*What is being asked*. Please repeat the records exactly from their first line, finishing at the line containing "#3=PRODUCT('','','',(#2));" and including it.

*Records for the task*.
=======

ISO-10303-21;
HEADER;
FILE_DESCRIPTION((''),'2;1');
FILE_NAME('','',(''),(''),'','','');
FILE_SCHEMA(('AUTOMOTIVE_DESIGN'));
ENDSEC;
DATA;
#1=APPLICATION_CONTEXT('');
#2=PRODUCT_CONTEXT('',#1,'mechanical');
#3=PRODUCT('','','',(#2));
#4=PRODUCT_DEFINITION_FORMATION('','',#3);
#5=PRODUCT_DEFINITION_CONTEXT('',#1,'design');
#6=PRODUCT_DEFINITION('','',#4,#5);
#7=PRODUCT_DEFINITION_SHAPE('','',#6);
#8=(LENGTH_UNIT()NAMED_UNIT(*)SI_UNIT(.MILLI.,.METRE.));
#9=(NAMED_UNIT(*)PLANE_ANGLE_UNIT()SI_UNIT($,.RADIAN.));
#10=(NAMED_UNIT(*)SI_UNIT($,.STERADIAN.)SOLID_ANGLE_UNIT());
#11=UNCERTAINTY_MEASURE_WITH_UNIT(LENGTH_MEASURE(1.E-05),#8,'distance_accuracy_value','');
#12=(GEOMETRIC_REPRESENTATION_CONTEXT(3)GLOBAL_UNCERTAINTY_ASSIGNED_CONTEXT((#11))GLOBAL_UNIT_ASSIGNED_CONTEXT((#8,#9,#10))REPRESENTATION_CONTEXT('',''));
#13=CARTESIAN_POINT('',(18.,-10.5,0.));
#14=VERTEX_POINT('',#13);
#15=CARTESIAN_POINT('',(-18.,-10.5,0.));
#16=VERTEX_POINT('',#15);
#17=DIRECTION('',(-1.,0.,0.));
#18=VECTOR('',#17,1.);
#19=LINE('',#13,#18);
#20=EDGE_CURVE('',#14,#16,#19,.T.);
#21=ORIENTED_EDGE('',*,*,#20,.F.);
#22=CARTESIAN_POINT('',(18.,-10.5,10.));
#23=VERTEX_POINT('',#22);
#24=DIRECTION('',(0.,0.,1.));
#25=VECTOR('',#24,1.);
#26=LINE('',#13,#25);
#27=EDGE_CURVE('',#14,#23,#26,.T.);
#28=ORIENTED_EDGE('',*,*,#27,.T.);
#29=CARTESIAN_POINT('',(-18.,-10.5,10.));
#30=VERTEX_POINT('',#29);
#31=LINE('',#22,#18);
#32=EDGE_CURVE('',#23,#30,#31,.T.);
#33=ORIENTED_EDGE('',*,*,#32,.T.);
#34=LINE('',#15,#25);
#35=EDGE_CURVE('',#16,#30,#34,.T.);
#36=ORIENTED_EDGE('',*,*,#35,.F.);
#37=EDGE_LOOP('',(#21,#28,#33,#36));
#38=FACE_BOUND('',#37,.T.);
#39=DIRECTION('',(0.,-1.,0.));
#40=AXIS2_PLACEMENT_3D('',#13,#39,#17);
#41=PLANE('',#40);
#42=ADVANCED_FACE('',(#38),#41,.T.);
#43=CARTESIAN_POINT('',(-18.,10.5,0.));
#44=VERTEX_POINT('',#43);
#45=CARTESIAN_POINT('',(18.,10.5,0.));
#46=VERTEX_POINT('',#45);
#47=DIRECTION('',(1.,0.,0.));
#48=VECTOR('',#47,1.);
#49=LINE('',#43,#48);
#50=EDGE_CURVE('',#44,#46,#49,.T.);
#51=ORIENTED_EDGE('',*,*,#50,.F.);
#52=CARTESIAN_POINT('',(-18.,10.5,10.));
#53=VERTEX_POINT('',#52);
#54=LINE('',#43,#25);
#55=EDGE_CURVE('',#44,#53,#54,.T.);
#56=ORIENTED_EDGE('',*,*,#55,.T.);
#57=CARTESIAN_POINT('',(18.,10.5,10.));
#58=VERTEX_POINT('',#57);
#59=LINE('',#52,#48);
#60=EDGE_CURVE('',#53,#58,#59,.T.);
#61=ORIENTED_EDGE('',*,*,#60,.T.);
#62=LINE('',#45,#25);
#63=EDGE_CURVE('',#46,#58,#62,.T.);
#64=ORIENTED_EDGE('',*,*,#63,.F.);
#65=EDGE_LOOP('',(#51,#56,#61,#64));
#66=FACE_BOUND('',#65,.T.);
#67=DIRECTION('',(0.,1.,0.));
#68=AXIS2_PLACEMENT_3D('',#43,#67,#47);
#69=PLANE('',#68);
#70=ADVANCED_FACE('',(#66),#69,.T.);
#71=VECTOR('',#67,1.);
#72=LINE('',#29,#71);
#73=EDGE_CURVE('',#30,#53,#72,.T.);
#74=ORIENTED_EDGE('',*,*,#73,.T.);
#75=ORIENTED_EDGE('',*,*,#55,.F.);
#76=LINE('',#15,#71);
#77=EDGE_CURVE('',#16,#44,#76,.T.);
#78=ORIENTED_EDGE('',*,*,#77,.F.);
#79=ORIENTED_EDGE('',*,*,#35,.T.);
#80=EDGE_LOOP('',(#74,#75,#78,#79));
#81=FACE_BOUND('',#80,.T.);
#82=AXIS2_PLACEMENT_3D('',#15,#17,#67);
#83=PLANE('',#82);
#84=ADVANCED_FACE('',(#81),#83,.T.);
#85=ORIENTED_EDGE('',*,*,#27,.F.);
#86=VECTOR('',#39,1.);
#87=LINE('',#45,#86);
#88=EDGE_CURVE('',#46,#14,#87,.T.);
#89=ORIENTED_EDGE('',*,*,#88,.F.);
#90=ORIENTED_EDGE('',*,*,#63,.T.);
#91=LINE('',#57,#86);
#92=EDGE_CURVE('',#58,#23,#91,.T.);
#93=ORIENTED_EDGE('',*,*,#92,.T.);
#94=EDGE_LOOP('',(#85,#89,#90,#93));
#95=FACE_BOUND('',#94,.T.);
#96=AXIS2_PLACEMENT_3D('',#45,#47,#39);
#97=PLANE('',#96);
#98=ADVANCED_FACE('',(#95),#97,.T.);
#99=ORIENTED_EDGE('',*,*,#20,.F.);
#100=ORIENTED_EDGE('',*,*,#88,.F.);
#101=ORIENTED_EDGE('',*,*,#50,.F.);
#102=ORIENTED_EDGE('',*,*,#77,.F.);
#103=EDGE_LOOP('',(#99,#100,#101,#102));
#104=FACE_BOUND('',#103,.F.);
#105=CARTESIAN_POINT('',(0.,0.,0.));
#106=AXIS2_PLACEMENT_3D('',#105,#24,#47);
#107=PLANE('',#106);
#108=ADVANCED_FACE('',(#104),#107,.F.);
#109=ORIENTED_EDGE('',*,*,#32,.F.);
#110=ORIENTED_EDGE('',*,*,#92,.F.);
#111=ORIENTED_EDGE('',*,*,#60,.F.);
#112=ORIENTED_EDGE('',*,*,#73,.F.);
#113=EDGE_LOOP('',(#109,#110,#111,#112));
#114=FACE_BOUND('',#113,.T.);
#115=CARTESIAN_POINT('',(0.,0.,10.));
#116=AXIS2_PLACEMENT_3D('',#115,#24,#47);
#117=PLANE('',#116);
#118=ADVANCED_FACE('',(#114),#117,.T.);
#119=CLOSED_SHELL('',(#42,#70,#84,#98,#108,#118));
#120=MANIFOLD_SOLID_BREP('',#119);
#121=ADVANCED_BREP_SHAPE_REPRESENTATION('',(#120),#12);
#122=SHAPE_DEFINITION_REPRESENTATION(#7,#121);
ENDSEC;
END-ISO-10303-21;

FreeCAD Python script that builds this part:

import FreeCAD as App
import Part
import Sketcher
from FreeCAD import Vector
Q = App.Units.Quantity


def add_polygon(sketch, points):
    """Adds a closed chain of lines whose ends are joined by coincident constraints."""
    first, n = sketch.GeometryCount, len(points)
    for a, b in zip(points, points[1:] + points[:1]):
        sketch.addGeometry(Part.LineSegment(App.Vector(*a, 0), App.Vector(*b, 0)), False)
    for i in range(n):
        sketch.addConstraint(Sketcher.Constraint("Coincident", first + i, 2, first + (i + 1) % n, 1))

doc = App.newDocument("Part")
params = doc.addObject("Spreadsheet::Sheet", "Params")
for row, (alias, value) in enumerate([
    ("sketch1_width", "36 mm"),
    ("sketch1_height", "21 mm"),
    ("pad1_length", "10 mm"),
], start=1):
    params.set(f"A{row}", alias)
    params.set(f"B{row}", "=" + value)
    params.setAlias(f"B{row}", alias)

body = doc.addObject("PartDesign::Body", "Body")

sketch1 = doc.addObject("Sketcher::SketchObject", "Sketch")
body.addObject(sketch1)
sketch1.AttachmentSupport = (doc.XY_Plane, [""])
sketch1.MapMode = "FlatFace"
add_polygon(sketch1, [(18, 10), (-18, 10), (-18, -10), (18, -10)])
sketch1.addConstraint(Sketcher.Constraint("Horizontal", 0))
sketch1.addConstraint(Sketcher.Constraint("Vertical", 1))
sketch1.addConstraint(Sketcher.Constraint("Horizontal", 2))
sketch1.addConstraint(Sketcher.Constraint("Vertical", 3))
sketch1.addConstraint(Sketcher.Constraint("Symmetric", 0, 2, 2, 2, -1, 1))
sketch1.addConstraint(Sketcher.Constraint("DistanceX", 0, 2, 0, 1, Q("36 mm")))
sketch1.addConstraint(Sketcher.Constraint("DistanceY", 1, 2, 1, 1, Q("21 mm")))
sketch1.setExpression("Constraints[9]", "Params.sketch1_width")
sketch1.setExpression("Constraints[10]", "Params.sketch1_height")
pad1 = doc.addObject("PartDesign::Pad", "Pad")
body.addObject(pad1)
pad1.Profile = sketch1
pad1.setExpression("Length", "Params.pad1_length")

doc.recompute()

=======

*Reply to the exercise*.
ISO-10303-21;
HEADER;
FILE_DESCRIPTION((''),'2;1');
FILE_NAME('','',(''),(''),'','','');
FILE_SCHEMA(('AUTOMOTIVE_DESIGN'));
ENDSEC;
DATA;
#1=APPLICATION_CONTEXT('');
#2=PRODUCT_CONTEXT('',#1,'mechanical');
#3=PRODUCT('','','',(#2));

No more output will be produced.